The Manufacturers’ Gazette, referring to recent bills passed by the House nullifying the rightsof patentees, and other hostile legislation now before both branches of the national legislature, says :

“The moment any such legislation as this takes effect, our mechanical progress will be in its decadence. Why not pass one more law, that hereafter no patents shall be allowed to anybody for any length of time, and thus stop the outlay for the patent office, patent lawyers, etc., and that no future litigation shall be had as to rights vested in patents ? Thus cutting the whole thing down and wiping out at one fell stroke millions of dollars of property, or what has been supposed to be property, and also wiping out totally one of the strongest branches of American industry, the inventors and perfecting mechanics. We might as well do the thing right while we are are about it ; wipe out everything that refers to it ; let them start again, but make the thing sure that no man has rights that another one is bound to respect.”

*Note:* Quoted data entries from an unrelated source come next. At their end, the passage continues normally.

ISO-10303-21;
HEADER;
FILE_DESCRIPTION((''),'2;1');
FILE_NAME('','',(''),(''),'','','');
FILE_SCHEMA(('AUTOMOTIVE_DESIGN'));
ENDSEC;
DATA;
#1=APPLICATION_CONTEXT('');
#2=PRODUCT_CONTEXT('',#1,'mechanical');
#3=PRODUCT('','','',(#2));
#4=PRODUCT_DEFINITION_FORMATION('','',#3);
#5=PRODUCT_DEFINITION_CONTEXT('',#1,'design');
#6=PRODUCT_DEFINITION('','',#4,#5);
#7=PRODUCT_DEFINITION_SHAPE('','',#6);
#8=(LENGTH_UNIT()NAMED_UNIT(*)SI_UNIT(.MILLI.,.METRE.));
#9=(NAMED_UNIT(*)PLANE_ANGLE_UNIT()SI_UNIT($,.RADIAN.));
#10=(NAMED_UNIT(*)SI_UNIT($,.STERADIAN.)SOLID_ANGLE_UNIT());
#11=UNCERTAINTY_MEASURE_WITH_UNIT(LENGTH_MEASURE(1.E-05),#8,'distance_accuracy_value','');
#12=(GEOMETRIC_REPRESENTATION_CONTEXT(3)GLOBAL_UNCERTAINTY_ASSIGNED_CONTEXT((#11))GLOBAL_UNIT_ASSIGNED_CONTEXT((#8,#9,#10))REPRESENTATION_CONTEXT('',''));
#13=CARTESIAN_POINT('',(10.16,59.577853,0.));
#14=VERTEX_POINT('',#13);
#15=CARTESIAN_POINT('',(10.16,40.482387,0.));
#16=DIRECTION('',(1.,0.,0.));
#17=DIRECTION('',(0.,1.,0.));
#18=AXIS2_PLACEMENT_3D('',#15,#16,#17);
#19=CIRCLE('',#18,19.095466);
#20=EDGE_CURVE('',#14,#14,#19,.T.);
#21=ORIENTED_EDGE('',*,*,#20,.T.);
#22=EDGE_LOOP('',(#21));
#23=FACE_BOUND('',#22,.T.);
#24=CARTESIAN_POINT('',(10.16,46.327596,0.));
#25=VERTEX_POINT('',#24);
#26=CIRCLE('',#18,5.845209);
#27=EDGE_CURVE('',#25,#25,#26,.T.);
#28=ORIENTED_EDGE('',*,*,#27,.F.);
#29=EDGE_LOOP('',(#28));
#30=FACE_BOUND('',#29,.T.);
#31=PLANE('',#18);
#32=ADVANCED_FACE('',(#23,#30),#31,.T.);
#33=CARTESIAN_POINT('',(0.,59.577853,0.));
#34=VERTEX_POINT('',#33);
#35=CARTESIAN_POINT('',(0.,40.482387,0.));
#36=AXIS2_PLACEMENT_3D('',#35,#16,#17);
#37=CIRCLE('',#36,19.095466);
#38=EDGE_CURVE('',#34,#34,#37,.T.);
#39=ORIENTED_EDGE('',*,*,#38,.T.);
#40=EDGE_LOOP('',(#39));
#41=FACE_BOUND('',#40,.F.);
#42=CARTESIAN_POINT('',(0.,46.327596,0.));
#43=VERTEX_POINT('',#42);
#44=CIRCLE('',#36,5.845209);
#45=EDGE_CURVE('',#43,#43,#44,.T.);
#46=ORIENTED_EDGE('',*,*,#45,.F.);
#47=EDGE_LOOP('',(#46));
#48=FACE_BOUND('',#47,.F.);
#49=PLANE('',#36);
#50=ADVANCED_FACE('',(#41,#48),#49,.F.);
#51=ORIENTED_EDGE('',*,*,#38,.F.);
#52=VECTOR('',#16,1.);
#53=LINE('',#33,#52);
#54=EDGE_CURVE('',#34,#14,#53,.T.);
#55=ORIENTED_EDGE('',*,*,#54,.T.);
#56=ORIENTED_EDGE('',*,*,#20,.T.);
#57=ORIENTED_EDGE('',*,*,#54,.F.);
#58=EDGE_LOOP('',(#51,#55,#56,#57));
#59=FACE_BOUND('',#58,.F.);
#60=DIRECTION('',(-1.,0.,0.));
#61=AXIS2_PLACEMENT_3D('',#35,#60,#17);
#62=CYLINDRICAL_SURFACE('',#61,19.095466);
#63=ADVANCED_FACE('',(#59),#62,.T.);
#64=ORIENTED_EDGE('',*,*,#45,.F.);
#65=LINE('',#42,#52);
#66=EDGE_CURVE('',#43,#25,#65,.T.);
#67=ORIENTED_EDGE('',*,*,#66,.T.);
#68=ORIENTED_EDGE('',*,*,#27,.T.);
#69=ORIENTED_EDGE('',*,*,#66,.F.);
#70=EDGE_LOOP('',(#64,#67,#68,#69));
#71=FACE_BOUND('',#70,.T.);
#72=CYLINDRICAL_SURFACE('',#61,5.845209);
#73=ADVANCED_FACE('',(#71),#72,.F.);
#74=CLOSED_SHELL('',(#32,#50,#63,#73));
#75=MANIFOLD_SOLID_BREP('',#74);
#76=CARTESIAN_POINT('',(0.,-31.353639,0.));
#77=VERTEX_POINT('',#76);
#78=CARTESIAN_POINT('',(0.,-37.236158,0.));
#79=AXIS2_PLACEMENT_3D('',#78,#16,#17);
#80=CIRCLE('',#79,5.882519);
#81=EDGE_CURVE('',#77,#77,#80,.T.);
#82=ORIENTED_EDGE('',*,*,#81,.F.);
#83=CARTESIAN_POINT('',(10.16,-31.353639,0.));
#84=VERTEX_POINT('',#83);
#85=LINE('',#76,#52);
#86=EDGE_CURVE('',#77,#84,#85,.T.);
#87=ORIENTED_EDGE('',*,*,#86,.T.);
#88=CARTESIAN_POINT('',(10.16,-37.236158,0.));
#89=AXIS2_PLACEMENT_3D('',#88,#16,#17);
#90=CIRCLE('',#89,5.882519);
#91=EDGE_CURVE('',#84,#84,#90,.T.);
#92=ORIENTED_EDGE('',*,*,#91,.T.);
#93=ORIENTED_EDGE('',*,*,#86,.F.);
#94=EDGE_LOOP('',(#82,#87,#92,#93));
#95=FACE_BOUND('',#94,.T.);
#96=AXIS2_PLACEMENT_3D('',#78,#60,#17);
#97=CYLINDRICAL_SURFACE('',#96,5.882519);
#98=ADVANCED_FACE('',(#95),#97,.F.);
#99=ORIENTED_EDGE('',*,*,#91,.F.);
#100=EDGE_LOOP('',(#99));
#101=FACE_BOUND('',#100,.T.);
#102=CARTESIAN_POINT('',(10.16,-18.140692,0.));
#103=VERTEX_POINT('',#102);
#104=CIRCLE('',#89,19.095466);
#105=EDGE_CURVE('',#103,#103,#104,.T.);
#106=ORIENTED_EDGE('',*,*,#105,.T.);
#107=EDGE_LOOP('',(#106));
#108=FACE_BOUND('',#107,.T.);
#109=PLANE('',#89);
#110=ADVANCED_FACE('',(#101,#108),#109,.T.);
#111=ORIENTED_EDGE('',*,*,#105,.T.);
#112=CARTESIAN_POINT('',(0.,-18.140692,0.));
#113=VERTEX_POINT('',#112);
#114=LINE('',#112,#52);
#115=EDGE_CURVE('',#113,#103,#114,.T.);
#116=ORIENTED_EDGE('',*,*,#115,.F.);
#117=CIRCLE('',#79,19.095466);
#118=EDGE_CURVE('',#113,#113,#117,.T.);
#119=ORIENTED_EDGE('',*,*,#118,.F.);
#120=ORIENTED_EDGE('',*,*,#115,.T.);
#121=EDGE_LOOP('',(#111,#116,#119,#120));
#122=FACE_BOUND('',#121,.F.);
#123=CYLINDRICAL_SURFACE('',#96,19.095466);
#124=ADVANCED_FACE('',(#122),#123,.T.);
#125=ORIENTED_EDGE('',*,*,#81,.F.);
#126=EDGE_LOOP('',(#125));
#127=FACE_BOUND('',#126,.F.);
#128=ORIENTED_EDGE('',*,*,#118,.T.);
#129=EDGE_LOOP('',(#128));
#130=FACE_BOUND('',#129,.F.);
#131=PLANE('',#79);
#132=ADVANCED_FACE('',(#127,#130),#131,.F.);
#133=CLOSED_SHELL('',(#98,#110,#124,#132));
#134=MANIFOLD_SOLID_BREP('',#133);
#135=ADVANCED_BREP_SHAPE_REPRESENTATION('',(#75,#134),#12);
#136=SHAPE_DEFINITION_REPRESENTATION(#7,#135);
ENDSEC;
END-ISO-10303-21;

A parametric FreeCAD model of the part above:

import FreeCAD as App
import Part
import Sketcher
Q = App.Units.Quantity

doc = App.newDocument("Part")
body = doc.addObject("PartDesign::Body", "Body")
body.AllowCompound = True

# Sketch on YZ plane
sketch1 = doc.addObject("Sketcher::SketchObject", "Sketch")
body.addObject(sketch1)
sketch1.AttachmentSupport = (doc.YZ_Plane, [""])
sketch1.MapMode = "FlatFace"
sketch1.addGeometry([
    Part.Circle(App.Vector(-37, 0, 0), App.Vector(0, 0, 1), 19),
    Part.Circle(App.Vector(-37, 0, 0), App.Vector(0, 0, 1), 6),
    Part.Circle(App.Vector(40, 0, 0), App.Vector(0, 0, 1), 19),
    Part.Circle(App.Vector(40, 0, 0), App.Vector(0, 0, 1), 6),
], False)
sketch1.addConstraint([
    Sketcher.Constraint("Coincident", 1, 3, 0, 3),
    Sketcher.Constraint("Coincident", 3, 3, 2, 3),
    Sketcher.Constraint("Equal", 0, 2),
    Sketcher.Constraint("PointOnObject", 0, 3, -1),
    Sketcher.Constraint("PointOnObject", 2, 3, -1),
    Sketcher.Constraint("Diameter", 0, Q("38.190932 mm")),
    Sketcher.Constraint("Diameter", 1, Q("11.765038 mm")),
    Sketcher.Constraint("Diameter", 3, Q("11.690418 mm")),
    Sketcher.Constraint("DistanceX", 0, 3, -1, 1, Q("37.236158 mm")),
    Sketcher.Constraint("DistanceX", -1, 1, 2, 3, Q("40.482387 mm")),
])
pad1 = doc.addObject("PartDesign::Pad", "Pad")
body.addObject(pad1)
pad1.Profile = sketch1
pad1.Length = Q("0.4 in")

doc.recompute()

The St. Louis Miller, speaking of the bill of Mr. Ray (H. R. 1081) of New York, before the House, says :

“ There is a vast deal of twaddle in many of the arguments of those who try to break down Government grants of rights and franchises on the ground that monopoly should be discouraged. The people at large are quite indifferent as to the cost of a public benefit, until after it is secured. Then they too often seek to prevent the originators of the benefits from reaping any permanent or extended profits therefrom. The public is totally conscienceless on this point, and is ready to evade the terms of a distinct contract whenever it can be done in a slightly roundabout _____aiy. The repeated and continuous attacks upon the effectiveness of our patent law which has been made in Congress after Congress are abundantly illustrative of the spirit to which we allude. * * * Under this proposed law some piratical adventurers with a little money could readily inform themselves regarding a few meritorious articles just patented by poor and obscure inventors, could quickly manufacture immense stocks of the goods, and could then throw them on the market so suddenly and extensively that stopping the traffic by the service of notice would be simply impossible. Moreover, honorable manufacturers who might be willing to allow inventors a reasonable royalty would be afraid to make a bargain for the legitimate production of the patented novelties. They would fear to do so lest others less honorable might be even then secretly making the same goods, and might soon flood the country with them. The New Yorker’s bill is an unjust one, and should be forever tabled.”